Now I will try a deeper network : 12288 --> 1024 --> 512 --> 32 --> 512 --> 1024 --> 12288
Praying that the learning won't be too long.
It took like five minutes, the result is better but not still as good as I want. Next try : 12288 --> 4048 --> 1024 --> 512 --> 32 --> 512 --> 1024 --> 4048 --> 12288
It starts to gte bigger, I hope it will converge fast enough.
The model trained in a couple of minutes. The result is better, but we still need more power. Here is my face, with the first model and the deeper one now :
As you can see, the generated picture is sharper, shadows are stronger and background is more defined. Good improvement. I'd like to train wider network and also later try with CNN layers. Maybe we can also decrease the compression, maybe from 32 to 512. We don't have much data, so I'm a bit scared that the model will quickly overfit.

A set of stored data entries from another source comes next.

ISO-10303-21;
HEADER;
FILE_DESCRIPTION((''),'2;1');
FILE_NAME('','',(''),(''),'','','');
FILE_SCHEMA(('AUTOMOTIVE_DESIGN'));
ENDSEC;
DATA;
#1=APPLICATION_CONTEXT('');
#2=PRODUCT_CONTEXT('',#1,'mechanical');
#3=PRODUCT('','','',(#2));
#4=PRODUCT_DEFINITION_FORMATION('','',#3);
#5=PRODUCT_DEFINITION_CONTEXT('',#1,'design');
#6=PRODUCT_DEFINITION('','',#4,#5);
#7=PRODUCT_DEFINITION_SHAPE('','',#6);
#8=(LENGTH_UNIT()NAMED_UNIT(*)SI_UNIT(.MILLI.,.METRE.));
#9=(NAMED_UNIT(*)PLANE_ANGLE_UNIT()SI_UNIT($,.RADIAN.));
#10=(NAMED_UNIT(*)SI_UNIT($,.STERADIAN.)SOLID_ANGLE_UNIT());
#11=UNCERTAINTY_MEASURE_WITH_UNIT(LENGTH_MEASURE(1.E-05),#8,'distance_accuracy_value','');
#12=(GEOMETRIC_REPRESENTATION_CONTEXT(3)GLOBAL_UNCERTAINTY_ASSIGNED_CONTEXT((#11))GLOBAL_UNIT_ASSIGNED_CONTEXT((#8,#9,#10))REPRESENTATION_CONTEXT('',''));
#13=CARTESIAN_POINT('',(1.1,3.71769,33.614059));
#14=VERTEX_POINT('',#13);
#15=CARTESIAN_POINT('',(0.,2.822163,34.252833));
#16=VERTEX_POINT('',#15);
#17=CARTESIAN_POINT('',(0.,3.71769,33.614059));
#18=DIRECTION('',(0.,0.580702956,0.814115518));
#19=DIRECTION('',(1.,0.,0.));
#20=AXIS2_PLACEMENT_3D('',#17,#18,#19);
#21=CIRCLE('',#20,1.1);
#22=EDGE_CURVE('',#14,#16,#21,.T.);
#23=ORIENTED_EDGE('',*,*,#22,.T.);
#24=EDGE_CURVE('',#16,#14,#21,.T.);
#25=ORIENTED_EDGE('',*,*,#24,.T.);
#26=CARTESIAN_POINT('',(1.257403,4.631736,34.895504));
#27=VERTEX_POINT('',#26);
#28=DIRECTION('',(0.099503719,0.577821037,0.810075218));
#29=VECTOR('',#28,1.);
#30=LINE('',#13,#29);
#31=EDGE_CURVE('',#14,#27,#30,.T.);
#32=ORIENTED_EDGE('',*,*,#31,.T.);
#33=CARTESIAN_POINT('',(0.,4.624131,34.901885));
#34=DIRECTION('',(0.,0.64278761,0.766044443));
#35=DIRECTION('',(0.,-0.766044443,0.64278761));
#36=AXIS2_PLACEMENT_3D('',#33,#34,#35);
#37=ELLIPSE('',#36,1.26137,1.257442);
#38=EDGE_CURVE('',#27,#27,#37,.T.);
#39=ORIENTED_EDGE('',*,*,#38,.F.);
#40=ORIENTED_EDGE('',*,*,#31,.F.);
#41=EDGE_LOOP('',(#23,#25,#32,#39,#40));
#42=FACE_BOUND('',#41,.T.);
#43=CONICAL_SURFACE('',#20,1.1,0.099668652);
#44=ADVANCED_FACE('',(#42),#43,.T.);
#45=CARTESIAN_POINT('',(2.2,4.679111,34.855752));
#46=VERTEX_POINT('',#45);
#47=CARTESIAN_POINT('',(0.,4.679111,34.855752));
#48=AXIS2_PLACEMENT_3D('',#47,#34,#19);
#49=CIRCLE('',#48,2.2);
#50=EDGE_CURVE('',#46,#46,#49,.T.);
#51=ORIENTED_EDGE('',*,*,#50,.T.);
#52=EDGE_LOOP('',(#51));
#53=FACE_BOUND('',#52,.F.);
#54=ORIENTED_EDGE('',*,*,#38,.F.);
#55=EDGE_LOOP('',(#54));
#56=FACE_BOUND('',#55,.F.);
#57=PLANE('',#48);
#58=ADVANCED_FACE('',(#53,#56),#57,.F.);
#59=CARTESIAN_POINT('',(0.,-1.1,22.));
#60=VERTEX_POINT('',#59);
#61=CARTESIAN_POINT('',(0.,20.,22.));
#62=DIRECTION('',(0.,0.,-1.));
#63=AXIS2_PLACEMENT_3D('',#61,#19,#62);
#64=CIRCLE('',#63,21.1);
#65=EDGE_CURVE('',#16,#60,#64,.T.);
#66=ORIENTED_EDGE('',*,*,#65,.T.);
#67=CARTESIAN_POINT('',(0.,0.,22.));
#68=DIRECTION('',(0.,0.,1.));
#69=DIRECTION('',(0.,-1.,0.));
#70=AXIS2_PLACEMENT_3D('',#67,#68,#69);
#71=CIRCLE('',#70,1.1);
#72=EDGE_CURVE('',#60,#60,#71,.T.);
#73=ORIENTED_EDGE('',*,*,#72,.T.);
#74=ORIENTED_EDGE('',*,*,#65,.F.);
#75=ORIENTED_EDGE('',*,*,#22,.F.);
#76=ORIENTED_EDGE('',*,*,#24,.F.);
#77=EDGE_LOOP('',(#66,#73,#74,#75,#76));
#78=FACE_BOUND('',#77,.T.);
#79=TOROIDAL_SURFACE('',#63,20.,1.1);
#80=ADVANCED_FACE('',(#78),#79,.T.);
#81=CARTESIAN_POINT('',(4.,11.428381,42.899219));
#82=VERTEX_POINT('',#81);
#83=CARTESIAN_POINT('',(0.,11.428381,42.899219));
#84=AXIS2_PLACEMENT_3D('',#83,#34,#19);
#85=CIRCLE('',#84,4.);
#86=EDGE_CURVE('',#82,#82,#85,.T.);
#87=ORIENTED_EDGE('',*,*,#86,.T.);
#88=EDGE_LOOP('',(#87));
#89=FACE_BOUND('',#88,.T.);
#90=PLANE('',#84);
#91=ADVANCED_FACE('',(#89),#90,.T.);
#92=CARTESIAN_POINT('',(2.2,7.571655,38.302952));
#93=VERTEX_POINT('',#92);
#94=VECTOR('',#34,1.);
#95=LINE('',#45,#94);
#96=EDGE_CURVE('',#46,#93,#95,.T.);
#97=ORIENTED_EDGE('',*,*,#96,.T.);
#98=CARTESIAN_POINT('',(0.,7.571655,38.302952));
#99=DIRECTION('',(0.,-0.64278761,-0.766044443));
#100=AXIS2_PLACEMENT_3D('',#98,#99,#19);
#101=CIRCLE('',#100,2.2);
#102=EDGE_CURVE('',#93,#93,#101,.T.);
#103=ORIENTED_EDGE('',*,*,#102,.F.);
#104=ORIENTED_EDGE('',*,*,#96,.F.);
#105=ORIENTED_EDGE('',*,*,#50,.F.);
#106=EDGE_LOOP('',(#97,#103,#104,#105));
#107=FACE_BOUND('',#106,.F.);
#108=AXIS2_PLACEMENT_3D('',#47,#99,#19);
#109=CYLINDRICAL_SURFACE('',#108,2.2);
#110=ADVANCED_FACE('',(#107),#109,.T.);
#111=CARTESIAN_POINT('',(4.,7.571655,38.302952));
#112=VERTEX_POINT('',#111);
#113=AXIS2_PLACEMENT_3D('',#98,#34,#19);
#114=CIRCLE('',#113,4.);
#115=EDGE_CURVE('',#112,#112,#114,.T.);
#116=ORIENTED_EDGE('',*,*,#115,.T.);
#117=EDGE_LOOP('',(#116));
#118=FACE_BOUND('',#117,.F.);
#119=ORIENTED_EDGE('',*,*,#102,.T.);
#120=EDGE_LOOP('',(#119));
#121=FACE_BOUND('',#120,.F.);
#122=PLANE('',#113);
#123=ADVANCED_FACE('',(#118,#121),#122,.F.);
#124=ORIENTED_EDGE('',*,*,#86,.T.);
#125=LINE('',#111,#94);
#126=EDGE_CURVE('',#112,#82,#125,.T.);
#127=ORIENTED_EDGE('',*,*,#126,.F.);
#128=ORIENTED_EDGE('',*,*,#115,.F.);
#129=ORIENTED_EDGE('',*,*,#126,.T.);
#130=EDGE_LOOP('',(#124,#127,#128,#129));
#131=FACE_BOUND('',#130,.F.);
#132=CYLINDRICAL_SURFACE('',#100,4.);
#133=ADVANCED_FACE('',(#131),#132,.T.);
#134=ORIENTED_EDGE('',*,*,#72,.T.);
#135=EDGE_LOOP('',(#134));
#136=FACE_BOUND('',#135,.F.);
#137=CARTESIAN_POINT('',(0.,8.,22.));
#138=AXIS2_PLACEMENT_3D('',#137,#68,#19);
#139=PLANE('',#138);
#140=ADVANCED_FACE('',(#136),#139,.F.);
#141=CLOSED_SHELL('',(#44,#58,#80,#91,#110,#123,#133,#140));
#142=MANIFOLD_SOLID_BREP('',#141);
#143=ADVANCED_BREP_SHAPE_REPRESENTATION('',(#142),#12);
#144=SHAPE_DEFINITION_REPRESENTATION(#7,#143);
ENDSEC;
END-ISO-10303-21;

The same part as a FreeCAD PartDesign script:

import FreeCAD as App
import Part
import Sketcher
from FreeCAD import Vector

doc = App.newDocument("Part")
body = doc.addObject("PartDesign::Body", "Body")

sketch1 = body.newObject("Sketcher::SketchObject", "Sketch")
sketch1.AttachmentSupport = (doc.getObject("XZ_Plane"), [""])
sketch1.MapMode = "FlatFace"
sketch1.addGeometry(Part.LineSegment(Vector(0, 0, 0), Vector(1.1, 0, 0)), False)
sketch1.addGeometry(Part.LineSegment(Vector(1.1, 0, 0), Vector(1.3, 2, 0)), False)
sketch1.addGeometry(Part.LineSegment(Vector(1.3, 2, 0), Vector(0, 2, 0)), False)
sketch1.addGeometry(Part.LineSegment(Vector(0, 2, 0), Vector(0, 0, 0)), False)
sketch1.addConstraint(Sketcher.Constraint("Coincident", 0, 2, 1, 1))
sketch1.addConstraint(Sketcher.Constraint("Coincident", 1, 2, 2, 1))
sketch1.addConstraint(Sketcher.Constraint("Coincident", 2, 2, 3, 1))
sketch1.addConstraint(Sketcher.Constraint("Coincident", 3, 2, 0, 1))
sketch1.addConstraint(Sketcher.Constraint("Horizontal", 0))
sketch1.addConstraint(Sketcher.Constraint("Horizontal", 2))
sketch1.addConstraint(Sketcher.Constraint("Vertical", 3))
sketch1.addConstraint(Sketcher.Constraint("Coincident", 3, 2, -1, 1))
sketch1.addConstraint(Sketcher.Constraint("DistanceY", 3, 2, 3, 1, 2.0))
sketch1.addConstraint(Sketcher.Constraint("DistanceX", 0, 1, 0, 2, 1.1))
sketch1.addConstraint(Sketcher.Constraint("DistanceX", 2, 2, 2, 1, 1.3))
revolution = body.newObject("PartDesign::Revolution", "Revolution")
revolution.Profile = sketch1
revolution.ReferenceAxis = (sketch1, ["V_Axis"])
revolution.Angle = 360
body2 = doc.addObject("PartDesign::Body", "Body001")
doc.recompute()

body.Placement = App.Placement(Vector(0, 0, 0), App.Rotation(Vector(1, 0, 0), 324.5))
boolean = body2.newObject("PartDesign::Boolean", "Boolean")
boolean.Type = "Fuse"
boolean.addObjects([body])
body3 = doc.addObject("PartDesign::Body", "Body002")
doc.recompute()

body2.Placement = App.Placement(Vector(0, 3.71769, 11.614059), App.Rotation(Vector(0, 0, 1), 0))
boolean2 = body3.newObject("PartDesign::Boolean", "Boolean001")
boolean2.Type = "Fuse"
boolean2.addObjects([body2])
body4 = doc.addObject("PartDesign::Body", "Body003")

sketch2 = body4.newObject("Sketcher::SketchObject", "Sketch001")
sketch2.AttachmentSupport = (doc.getObject("XY_Plane003"), [""])
sketch2.MapMode = "FlatFace"
sketch2.addGeometry(Part.LineSegment(Vector(0, 24, 0), Vector(0, 0, 0)), False)
sketch2.addGeometry(Part.LineSegment(Vector(0, 0, 0), Vector(10, 0, 0)), False)
sketch2.addGeometry(Part.LineSegment(Vector(10, 0, 0), Vector(10, 24, 0)), False)
sketch2.addGeometry(Part.LineSegment(Vector(10, 24, 0), Vector(0, 24, 0)), False)
sketch2.addConstraint(Sketcher.Constraint("Coincident", 0, 2, 1, 1))
sketch2.addConstraint(Sketcher.Constraint("Coincident", 1, 2, 2, 1))
sketch2.addConstraint(Sketcher.Constraint("Coincident", 2, 2, 3, 1))
sketch2.addConstraint(Sketcher.Constraint("Coincident", 3, 2, 0, 1))
sketch2.addConstraint(Sketcher.Constraint("Vertical", 0))
sketch2.addConstraint(Sketcher.Constraint("Horizontal", 1))
sketch2.addConstraint(Sketcher.Constraint("Vertical", 2))
sketch2.addConstraint(Sketcher.Constraint("Horizontal", 3))
sketch2.addConstraint(Sketcher.Constraint("Coincident", 0, 2, -1, 1))
sketch2.addConstraint(Sketcher.Constraint("DistanceX", 1, 1, 1, 2, 10.0))
sketch2.addConstraint(Sketcher.Constraint("DistanceY", 0, 2, 0, 1, 24.0))
pad1 = body4.newObject("PartDesign::Pad", "Pad")
pad1.Profile = sketch2
pad1.Length = 22
body5 = doc.addObject("PartDesign::Body", "Body004")
doc.recompute()

body4.Placement = App.Placement(Vector(0, 0, 0), App.Rotation(Vector(1, 0, 0), 324.5))
boolean3 = body5.newObject("PartDesign::Boolean", "Boolean002")
boolean3.Type = "Fuse"
boolean3.addObjects([body4])
body6 = doc.addObject("PartDesign::Body", "Body005")
doc.recompute()

body5.Placement = App.Placement(Vector(-5, 0.461228, 13.936871), App.Rotation(Vector(0, 0, 1), 0))
boolean4 = body6.newObject("PartDesign::Boolean", "Boolean003")
boolean4.Type = "Fuse"
boolean4.addObjects([body5])
body7 = doc.addObject("PartDesign::Body", "Body006")

sketch3 = body7.newObject("Sketcher::SketchObject", "Sketch002")
sketch3.AttachmentSupport = (doc.getObject("XY_Plane006"), [""])
sketch3.MapMode = "FlatFace"
sketch3.addGeometry(Part.LineSegment(Vector(-5, 20, 0), Vector(-5, -4, 0)), False)
sketch3.addGeometry(Part.LineSegment(Vector(-5, -4, 0), Vector(5, -4, 0)), False)
sketch3.addGeometry(Part.LineSegment(Vector(5, -4, 0), Vector(5, 20, 0)), False)
sketch3.addGeometry(Part.LineSegment(Vector(5, 20, 0), Vector(-5, 20, 0)), False)
sketch3.addConstraint(Sketcher.Constraint("Coincident", 0, 2, 1, 1))
sketch3.addConstraint(Sketcher.Constraint("Coincident", 1, 2, 2, 1))
sketch3.addConstraint(Sketcher.Constraint("Coincident", 2, 2, 3, 1))
sketch3.addConstraint(Sketcher.Constraint("Coincident", 3, 2, 0, 1))
sketch3.addConstraint(Sketcher.Constraint("Vertical", 0))
sketch3.addConstraint(Sketcher.Constraint("Horizontal", 1))
sketch3.addConstraint(Sketcher.Constraint("Vertical", 2))
sketch3.addConstraint(Sketcher.Constraint("Horizontal", 3))
sketch3.addConstraint(Sketcher.Constraint("DistanceX", 1, 1, 1, 2, 10.0))
sketch3.addConstraint(Sketcher.Constraint("DistanceY", 0, 2, 0, 1, 24.0))
sketch3.addConstraint(Sketcher.Constraint("DistanceX", 0, 2, -1, 1, 5.0))
sketch3.addConstraint(Sketcher.Constraint("DistanceY", 0, 2, -1, 1, 4.0))
pad2 = body7.newObject("PartDesign::Pad", "Pad001")
pad2.Profile = sketch3
pad2.Length = 22
body8 = doc.addObject("PartDesign::Body", "Body007")

sketch4 = body8.newObject("Sketcher::SketchObject", "Sketch003")
sketch4.AttachmentSupport = (doc.getObject("XZ_Plane007"), [""])
sketch4.MapMode = "FlatFace"
sketch4.addGeometry(Part.Circle(Vector(20, 0, 0), Vector(0, 0, 1), 1.1), False)
sketch4.addConstraint(Sketcher.Constraint("PointOnObject", 0, 3, -1))
sketch4.addConstraint(Sketcher.Constraint("Diameter", 0, 2.2))
sketch4.addConstraint(Sketcher.Constraint("DistanceX", -1, 1, 0, 3, 20.0))
revolution2 = body8.newObject("PartDesign::Revolution", "Revolution001")
revolution2.Profile = sketch4
revolution2.ReferenceAxis = (sketch4, ["V_Axis"])
revolution2.Angle = 360
body9 = doc.addObject("PartDesign::Body", "Body008")
doc.recompute()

Trying now : 12288 --> 10000 --> 5000 --> 1000 --> 100 --> 1000 --> 5000 --> 10000 --> 12288
I trained the last network while I was sleeping, but the network is too heavy for my RAM (8GB :( ). The script just stopped running 😐
I start thinking about using AWS, I never never tried before it could be a great opportunity to try. I contacted people in my school that knows well machine learning, they adviced me to try Google Colab which is free. I'll start when I'll be at home. I looked on the AWS website, there is a 12-months trial period for their deep learning servers. Might give it a try.
I'll also try to implement CNN layers, it may improve results a lot.